YOUR TASK
Your task is to output all the records below, word for word.
---------------
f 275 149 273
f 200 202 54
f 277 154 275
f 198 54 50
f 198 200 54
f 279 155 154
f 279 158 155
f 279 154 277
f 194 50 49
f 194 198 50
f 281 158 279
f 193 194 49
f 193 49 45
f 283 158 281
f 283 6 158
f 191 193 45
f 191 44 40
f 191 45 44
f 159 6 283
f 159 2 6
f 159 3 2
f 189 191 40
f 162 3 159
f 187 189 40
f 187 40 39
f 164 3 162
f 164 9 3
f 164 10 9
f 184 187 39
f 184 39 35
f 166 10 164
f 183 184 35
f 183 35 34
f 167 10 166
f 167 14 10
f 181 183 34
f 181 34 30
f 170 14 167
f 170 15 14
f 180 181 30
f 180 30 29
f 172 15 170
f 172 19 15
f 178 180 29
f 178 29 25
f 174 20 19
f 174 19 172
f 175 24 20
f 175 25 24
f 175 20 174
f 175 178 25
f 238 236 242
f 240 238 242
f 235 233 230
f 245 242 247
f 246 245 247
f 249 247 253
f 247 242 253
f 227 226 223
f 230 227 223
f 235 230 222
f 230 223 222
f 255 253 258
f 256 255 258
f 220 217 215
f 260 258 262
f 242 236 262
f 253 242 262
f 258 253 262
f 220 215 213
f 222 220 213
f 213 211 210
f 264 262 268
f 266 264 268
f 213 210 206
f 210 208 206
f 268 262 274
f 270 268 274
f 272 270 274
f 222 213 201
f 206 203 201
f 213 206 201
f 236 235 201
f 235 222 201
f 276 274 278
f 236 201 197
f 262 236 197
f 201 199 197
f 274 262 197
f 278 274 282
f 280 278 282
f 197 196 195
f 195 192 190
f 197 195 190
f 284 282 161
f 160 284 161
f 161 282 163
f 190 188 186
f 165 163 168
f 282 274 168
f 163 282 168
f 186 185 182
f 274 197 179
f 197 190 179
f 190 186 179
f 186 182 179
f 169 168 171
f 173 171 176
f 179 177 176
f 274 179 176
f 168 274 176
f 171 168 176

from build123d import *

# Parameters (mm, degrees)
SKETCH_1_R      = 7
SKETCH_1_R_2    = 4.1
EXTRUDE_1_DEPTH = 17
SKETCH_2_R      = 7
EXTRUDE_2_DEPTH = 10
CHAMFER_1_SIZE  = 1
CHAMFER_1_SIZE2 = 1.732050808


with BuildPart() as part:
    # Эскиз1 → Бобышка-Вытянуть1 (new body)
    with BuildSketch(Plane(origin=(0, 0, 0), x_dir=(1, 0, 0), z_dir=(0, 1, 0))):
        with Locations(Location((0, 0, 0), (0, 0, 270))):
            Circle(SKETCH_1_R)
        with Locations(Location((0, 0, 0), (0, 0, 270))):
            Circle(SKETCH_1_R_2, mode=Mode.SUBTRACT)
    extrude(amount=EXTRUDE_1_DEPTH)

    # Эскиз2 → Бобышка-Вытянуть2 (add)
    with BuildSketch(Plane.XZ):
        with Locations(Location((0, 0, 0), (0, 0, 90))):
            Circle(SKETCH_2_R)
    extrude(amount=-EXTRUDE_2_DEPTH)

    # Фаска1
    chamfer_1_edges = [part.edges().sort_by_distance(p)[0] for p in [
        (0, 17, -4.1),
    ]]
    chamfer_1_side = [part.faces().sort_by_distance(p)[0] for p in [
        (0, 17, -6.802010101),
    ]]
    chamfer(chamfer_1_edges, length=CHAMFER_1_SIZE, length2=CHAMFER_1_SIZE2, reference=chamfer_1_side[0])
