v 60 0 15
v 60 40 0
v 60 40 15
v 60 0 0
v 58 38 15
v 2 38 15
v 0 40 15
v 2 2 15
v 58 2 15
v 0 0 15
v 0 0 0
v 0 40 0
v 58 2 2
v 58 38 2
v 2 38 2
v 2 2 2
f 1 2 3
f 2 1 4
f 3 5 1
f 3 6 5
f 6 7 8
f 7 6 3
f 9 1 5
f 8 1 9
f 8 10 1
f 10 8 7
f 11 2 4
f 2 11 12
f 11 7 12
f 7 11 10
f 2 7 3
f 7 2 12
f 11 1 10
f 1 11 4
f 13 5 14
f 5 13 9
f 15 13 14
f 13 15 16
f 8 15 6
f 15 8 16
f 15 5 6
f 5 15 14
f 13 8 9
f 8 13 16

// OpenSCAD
/* [Dimensions] */
// Outside width in millimeters
width = 60; // [20:1:150]
// Outside depth in millimeters
depth = 40; // [20:1:150]
// Outside height in millimeters
height = 15; // [5:0.5:60]
// Wall and floor thickness
wall = 2; // [1:0.2:5]

/* [Options] */
// Choose whether the model is a tray or a solid block
style = "tray"; // [tray:Open tray, block:Solid block]
// Add a center divider
divider = false;

/* [Hidden] */
$fn = 48;

difference() {
    cube([width, depth, height]);
    if (style == "tray")
        translate([wall, wall, wall])
            cube([width - 2*wall, depth - 2*wall, height]);
}
if (divider && style == "tray")
    translate([width/2 - wall/2, 0, 0])
        cube([wall, depth, height]);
---------------
EXERCISE SOLUTION
f 275 149 273
f 200 202 54
f 277 154 275
f 198 54 50
f 198 200 54
f 279 155 154
f 279 158 155
f 279 154 277
f 194 50 49
f 194 198 50
f 281 158 279
f 193 194 49
f 193 49 45
f 283 158 281
f 283 6 158
f 191 193 45
f 191 44 40
f 191 45 44
f 159 6 283
f 159 2 6
f 159 3 2
f 189 191 40
f 162 3 159
f 187 189 40
f 187 40 39
f 164 3 162
f 164 9 3
f 164 10 9
f 184 187 39
f 184 39 35
f 166 10 164
f 183 184 35
f 183 35 34
f 167 10 166
f 167 14 10
f 181 183 34
f 181 34 30
f 170 14 167
f 170 15 14
f 180 181 30
f 180 30 29
f 172 15 170
f 172 19 15
f 178 180 29
f 178 29 25
f 174 20 19
f 174 19 172
f 175 24 20
f 175 25 24
f 175 20 174
f 175 178 25
f 238 236 242
f 240 238 242
f 235 233 230
f 245 242 247
f 246 245 247
f 249 247 253
f 247 242 253
f 227 226 223
f 230 227 223
f 235 230 222
f 230 223 222
f 255 253 258
f 256 255 258
f 220 217 215
f 260 258 262
f 242 236 262
f 253 242 262
f 258 253 262
f 220 215 213
f 222 220 213
f 213 211 210
f 264 262 268
f 266 264 268
f 213 210 206
f 210 208 206
f 268 262 274
f 270 268 274
f 272 270 274
f 222 213 201
f 206 203 201
f 213 206 201
f 236 235 201
f 235 222 201
f 276 274 278
f 236 201 197
f 262 236 197
f 201 199 197
f 274 262 197
f 278 274 282
f 280 278 282
f 197 196 195
f 195 192 190
f 197 195 190
f 284 282 161
f 160 284 161
f 161 282 163
f 190 188 186
f 165 163 168
f 282 274 168
f 163 282 168
f 186 185 182
f 274 197 179
f 197 190 179
f 190 186 179
f 186 182 179
f 169 168 171
f 173 171 176
f 179 177 176
f 274 179 176
f 168 274 176
f 171 168 176

from build123d import *

# Parameters (mm, degrees)
SKETCH_1_R      = 7
SKETCH_1_R_2    = 4.1
EXTRUDE_1_DEPTH = 17
SKETCH_2_R      = 7
EXTRUDE_2_DEPTH = 10
CHAMFER_1_SIZE  = 1
CHAMFER_1_SIZE2 = 1.732050808


with BuildPart() as part:
    # Эскиз1 → Бобышка-Вытянуть1 (new body)
    with BuildSketch(Plane(origin=(0, 0, 0), x_dir=(1, 0, 0), z_dir=(0, 1, 0))):
        with Locations(Location((0, 0, 0), (0, 0, 270))):
            Circle(SKETCH_1_R)
        with Locations(Location((0, 0, 0), (0, 0, 270))):
            Circle(SKETCH_1_R_2, mode=Mode.SUBTRACT)
    extrude(amount=EXTRUDE_1_DEPTH)

    # Эскиз2 → Бобышка-Вытянуть2 (add)
    with BuildSketch(Plane.XZ):
        with Locations(Location((0, 0, 0), (0, 0, 90))):
            Circle(SKETCH_2_R)
    extrude(amount=-EXTRUDE_2_DEPTH)

    # Фаска1
    chamfer_1_edges = [part.edges().sort_by_distance(p)[0] for p in [
        (0, 17, -4.1),
    ]]
    chamfer_1_side = [part.faces().sort_by_distance(p)[0] for p in [
        (0, 17, -6.802010101),
    ]]
    chamfer(chamfer_1_edges, length=CHAMFER_1_SIZE, length2=CHAMFER_1_SIZE2, reference=chamfer_1_side[0])
v 60 0 15
v 60 40 0
v 60 40 15
v 60 0 0
v 58 38 15
v 2 38 15
v 0 40 15
v 2 2 15
v 58 2 15
v 0 0 15
v 0 0 0
v 0 40 0
v 58 2 2
v 58 38 2
v 2 38 2
v 2 2 2
f 1 2 3
f 2 1 4
f 3 5 1
f 3 6 5
f 6 7 8
f 7 6 3
f 9 1 5
f 8 1 9
f 8 10 1
f 10 8 7
f 11 2 4
f 2 11 12
f 11 7 12
f 7 11 10
f 2 7 3
f 7 2 12
f 11 1 10
f 1 11 4
f 13 5 14
f 5 13 9
f 15 13 14
f 13 15 16
f 8 15 6
f 15 8 16
f 15 5 6
f 5 15 14
f 13 8 9
f 8 13 16

// OpenSCAD
/* [Dimensions] */
// Outside width in millimeters
width = 60; // [20:1:150]
// Outside depth in millimeters
depth = 40; // [20:1:150]
// Outside height in millimeters
height = 15; // [5:0.5:60]
// Wall and floor thickness
wall = 2; // [1:0.2:5]

/* [Options] */
// Choose whether the model is a tray or a solid block
style = "tray"; // [tray:Open tray, block:Solid block]
// Add a center divider
divider = false;

/* [Hidden] */
$fn = 48;

difference() {
    cube([width, depth, height]);
    if (style == "tray")
        translate([wall, wall, wall])
            cube([width - 2*wall, depth - 2*wall, height]);
}
if (divider && style == "tray")
    translate([width/2 - wall/2, 0, 0])
        cube([wall, depth, height]);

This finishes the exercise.